** REQUIRED ACTION **
The required output is the lines below from the line containing "Line((-130.390209035, 110), (-130.390209035, -110))" to the line containing "Line((14.609790965, -78), (97.609790965, -78))", inclusive, retyped exactly. No other lines belong in it.

━━━

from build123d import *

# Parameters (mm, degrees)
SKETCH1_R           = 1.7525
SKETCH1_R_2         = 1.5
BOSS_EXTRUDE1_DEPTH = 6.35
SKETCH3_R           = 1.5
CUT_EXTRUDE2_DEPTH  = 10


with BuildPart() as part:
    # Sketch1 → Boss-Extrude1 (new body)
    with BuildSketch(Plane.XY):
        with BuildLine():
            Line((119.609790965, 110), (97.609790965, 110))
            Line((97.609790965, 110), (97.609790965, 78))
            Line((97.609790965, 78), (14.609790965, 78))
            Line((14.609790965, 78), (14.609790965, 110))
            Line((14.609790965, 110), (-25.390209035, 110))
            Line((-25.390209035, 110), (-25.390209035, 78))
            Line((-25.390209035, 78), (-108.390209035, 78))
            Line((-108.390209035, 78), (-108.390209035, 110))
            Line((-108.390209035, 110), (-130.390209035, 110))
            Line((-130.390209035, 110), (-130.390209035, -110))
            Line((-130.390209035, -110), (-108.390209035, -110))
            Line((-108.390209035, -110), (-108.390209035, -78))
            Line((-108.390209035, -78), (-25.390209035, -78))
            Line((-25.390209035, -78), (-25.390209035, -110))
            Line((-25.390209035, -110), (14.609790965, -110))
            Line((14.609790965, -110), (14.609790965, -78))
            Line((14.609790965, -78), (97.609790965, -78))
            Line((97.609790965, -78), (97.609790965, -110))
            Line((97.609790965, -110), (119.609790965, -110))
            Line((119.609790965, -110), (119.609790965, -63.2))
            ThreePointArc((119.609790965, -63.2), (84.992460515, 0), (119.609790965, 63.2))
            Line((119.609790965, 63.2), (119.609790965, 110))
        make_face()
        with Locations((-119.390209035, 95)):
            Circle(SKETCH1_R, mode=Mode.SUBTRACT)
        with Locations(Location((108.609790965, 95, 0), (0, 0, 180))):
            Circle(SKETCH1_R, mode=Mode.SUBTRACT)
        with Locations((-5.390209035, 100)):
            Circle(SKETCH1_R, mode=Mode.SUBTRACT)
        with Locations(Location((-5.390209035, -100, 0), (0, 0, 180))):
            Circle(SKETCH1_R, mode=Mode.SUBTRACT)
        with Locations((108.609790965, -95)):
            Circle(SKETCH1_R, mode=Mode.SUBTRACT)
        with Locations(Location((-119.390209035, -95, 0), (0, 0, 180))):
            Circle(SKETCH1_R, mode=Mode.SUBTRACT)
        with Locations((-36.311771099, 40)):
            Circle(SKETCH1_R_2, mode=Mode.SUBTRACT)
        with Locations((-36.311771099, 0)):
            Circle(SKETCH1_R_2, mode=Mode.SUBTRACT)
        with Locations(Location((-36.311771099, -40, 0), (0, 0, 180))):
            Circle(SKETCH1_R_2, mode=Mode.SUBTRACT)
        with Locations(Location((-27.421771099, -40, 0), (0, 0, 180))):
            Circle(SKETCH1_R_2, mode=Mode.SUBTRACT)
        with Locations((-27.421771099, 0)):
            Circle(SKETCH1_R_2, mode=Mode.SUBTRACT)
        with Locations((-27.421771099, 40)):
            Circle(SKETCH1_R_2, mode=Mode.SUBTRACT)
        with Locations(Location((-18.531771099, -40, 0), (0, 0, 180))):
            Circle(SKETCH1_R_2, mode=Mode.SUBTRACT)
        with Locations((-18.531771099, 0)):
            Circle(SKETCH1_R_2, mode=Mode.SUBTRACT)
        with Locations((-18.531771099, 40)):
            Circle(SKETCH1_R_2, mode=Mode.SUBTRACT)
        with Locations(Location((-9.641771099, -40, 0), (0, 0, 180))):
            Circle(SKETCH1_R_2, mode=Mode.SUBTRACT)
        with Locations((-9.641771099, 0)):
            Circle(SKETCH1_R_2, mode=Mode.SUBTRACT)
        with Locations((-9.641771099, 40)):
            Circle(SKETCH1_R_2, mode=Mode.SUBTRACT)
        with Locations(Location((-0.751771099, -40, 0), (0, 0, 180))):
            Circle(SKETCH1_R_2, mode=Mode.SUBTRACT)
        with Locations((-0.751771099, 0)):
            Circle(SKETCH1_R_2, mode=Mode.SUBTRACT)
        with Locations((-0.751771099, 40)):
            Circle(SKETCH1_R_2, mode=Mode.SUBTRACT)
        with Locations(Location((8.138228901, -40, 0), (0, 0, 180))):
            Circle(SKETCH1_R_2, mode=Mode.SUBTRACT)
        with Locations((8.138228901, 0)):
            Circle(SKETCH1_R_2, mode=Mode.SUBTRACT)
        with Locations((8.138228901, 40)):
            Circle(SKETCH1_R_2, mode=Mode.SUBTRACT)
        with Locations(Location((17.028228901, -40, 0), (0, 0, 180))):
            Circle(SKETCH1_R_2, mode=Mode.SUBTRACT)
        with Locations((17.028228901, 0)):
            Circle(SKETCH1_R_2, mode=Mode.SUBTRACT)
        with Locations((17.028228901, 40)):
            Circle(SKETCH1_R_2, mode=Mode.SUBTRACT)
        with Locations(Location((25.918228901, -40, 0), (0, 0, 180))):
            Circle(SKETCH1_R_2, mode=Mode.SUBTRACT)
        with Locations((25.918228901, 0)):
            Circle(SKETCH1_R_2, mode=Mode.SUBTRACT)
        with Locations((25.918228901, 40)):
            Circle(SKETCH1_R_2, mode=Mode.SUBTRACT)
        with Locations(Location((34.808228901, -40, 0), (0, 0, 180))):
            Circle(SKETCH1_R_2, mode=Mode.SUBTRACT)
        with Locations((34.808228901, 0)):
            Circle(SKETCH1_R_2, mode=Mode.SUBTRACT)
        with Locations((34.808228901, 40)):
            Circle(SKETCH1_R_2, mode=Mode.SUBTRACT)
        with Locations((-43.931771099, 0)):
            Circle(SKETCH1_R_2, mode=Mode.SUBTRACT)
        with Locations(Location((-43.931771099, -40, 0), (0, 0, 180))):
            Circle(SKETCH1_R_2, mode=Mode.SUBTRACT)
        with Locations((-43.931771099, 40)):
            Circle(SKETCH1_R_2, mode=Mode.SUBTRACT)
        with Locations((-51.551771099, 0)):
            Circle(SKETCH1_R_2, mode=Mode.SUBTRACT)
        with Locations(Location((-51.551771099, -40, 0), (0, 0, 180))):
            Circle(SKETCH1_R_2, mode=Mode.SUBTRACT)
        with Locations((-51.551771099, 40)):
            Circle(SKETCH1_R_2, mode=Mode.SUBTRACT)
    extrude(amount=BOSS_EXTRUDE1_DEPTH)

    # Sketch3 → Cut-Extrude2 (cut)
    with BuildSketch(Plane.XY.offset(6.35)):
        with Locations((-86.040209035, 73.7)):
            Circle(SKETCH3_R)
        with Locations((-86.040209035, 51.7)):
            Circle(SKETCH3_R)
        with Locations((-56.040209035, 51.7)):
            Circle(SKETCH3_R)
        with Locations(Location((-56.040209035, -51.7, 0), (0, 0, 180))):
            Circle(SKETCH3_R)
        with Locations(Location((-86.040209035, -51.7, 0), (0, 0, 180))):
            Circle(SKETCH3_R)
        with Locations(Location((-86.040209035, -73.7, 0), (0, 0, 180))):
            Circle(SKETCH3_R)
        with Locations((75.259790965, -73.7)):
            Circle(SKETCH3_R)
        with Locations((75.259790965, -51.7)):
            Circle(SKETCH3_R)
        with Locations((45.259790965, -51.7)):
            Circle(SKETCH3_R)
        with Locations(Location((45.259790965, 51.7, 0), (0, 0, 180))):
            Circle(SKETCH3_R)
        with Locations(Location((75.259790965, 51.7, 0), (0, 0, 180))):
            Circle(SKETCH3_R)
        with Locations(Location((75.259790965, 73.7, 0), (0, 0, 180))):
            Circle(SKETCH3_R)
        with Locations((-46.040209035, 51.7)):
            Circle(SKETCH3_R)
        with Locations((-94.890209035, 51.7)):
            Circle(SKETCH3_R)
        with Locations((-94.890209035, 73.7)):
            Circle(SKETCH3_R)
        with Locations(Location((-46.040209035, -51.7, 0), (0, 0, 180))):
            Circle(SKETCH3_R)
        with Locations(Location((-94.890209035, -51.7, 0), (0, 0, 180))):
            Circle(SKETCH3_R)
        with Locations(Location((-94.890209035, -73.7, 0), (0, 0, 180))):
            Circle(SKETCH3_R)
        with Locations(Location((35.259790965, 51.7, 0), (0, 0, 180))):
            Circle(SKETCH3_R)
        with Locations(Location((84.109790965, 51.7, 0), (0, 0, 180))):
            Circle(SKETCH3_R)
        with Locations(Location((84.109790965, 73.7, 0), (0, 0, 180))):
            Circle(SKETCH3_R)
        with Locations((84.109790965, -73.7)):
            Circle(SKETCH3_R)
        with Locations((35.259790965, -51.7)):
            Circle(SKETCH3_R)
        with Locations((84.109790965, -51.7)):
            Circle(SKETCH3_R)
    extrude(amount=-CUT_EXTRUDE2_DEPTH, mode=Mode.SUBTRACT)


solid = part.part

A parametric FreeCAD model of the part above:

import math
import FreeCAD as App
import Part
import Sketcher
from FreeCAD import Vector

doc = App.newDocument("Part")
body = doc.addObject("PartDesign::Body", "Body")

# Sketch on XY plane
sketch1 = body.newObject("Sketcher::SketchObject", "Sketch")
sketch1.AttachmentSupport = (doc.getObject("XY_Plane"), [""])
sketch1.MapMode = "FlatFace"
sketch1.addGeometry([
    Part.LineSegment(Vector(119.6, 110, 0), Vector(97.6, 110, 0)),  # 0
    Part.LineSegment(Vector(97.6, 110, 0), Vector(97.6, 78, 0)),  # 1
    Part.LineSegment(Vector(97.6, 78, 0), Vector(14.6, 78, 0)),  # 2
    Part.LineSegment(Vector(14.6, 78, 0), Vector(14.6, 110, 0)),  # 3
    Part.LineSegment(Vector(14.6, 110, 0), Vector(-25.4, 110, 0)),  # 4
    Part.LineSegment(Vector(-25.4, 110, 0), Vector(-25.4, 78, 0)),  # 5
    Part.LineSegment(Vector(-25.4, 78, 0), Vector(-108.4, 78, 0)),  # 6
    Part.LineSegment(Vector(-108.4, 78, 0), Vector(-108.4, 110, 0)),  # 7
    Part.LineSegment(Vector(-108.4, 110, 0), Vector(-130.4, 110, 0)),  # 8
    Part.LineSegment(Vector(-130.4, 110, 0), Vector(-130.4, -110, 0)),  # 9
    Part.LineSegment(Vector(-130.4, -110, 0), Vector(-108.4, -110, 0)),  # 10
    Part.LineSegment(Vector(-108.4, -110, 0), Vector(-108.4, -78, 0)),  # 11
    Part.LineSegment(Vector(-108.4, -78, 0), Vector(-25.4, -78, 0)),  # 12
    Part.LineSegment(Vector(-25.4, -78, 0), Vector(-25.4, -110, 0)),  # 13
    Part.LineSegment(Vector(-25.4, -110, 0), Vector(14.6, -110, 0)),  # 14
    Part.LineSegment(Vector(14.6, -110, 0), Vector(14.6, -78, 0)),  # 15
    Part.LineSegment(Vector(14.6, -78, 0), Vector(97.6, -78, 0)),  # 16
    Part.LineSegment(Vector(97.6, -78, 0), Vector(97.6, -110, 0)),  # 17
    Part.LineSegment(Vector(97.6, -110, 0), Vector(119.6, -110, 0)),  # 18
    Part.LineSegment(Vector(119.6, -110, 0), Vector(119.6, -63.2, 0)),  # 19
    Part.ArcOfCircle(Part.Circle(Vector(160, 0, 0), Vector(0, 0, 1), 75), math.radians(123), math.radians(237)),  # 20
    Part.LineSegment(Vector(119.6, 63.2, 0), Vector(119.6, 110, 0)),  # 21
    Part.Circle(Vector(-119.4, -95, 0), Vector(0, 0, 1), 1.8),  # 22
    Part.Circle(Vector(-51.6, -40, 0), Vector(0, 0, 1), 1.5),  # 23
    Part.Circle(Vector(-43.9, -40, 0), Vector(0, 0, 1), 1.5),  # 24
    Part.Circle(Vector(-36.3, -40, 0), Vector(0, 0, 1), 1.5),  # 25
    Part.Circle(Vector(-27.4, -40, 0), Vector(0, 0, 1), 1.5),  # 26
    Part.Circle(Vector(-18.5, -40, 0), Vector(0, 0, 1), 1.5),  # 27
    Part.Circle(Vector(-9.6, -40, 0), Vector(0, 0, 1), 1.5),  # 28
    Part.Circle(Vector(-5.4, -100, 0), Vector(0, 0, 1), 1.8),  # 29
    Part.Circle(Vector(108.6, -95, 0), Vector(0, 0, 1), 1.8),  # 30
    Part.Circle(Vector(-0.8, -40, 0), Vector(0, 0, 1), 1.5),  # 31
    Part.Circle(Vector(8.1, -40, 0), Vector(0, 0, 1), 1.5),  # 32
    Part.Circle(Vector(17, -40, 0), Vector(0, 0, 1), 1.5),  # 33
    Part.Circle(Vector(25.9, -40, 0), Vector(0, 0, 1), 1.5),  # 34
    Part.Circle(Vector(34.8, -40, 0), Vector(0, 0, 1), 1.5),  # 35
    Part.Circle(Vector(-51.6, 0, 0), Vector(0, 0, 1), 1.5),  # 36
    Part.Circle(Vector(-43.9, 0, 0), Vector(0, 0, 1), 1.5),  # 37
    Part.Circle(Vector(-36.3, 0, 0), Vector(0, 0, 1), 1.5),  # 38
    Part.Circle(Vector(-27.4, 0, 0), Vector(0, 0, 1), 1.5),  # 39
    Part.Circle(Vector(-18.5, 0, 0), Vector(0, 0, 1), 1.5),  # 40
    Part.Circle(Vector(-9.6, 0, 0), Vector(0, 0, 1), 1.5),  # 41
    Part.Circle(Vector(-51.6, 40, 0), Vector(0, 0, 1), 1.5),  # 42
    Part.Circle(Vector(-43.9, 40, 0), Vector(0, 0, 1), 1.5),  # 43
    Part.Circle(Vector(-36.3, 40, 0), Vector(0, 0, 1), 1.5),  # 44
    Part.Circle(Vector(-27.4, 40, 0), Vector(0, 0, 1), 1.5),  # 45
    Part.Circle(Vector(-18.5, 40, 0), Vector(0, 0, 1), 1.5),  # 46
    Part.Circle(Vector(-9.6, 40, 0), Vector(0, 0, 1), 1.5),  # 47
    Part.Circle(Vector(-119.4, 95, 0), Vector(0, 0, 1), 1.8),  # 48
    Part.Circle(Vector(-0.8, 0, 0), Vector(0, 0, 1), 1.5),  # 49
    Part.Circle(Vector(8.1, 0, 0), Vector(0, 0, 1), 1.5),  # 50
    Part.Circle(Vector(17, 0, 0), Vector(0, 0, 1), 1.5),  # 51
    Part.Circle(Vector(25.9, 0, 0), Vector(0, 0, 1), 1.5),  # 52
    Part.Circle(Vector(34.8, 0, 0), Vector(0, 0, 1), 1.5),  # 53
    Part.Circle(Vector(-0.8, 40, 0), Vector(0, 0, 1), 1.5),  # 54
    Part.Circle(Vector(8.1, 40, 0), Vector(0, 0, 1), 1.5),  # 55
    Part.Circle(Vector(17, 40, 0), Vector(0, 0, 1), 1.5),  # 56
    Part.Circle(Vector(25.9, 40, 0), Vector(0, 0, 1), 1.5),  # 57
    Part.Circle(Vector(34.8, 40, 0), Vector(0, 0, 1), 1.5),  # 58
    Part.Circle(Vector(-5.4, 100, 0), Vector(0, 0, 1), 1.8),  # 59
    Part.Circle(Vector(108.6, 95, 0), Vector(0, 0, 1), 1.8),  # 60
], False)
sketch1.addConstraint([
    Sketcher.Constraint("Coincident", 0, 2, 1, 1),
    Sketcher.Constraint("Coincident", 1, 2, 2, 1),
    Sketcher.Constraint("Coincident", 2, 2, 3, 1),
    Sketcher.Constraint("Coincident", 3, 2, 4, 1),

━━━

** ANSWER TO THIS EXERCISE **
            Line((-130.390209035, 110), (-130.390209035, -110))
            Line((-130.390209035, -110), (-108.390209035, -110))
            Line((-108.390209035, -110), (-108.390209035, -78))
            Line((-108.390209035, -78), (-25.390209035, -78))
            Line((-25.390209035, -78), (-25.390209035, -110))
            Line((-25.390209035, -110), (14.609790965, -110))
            Line((14.609790965, -110), (14.609790965, -78))
            Line((14.609790965, -78), (97.609790965, -78))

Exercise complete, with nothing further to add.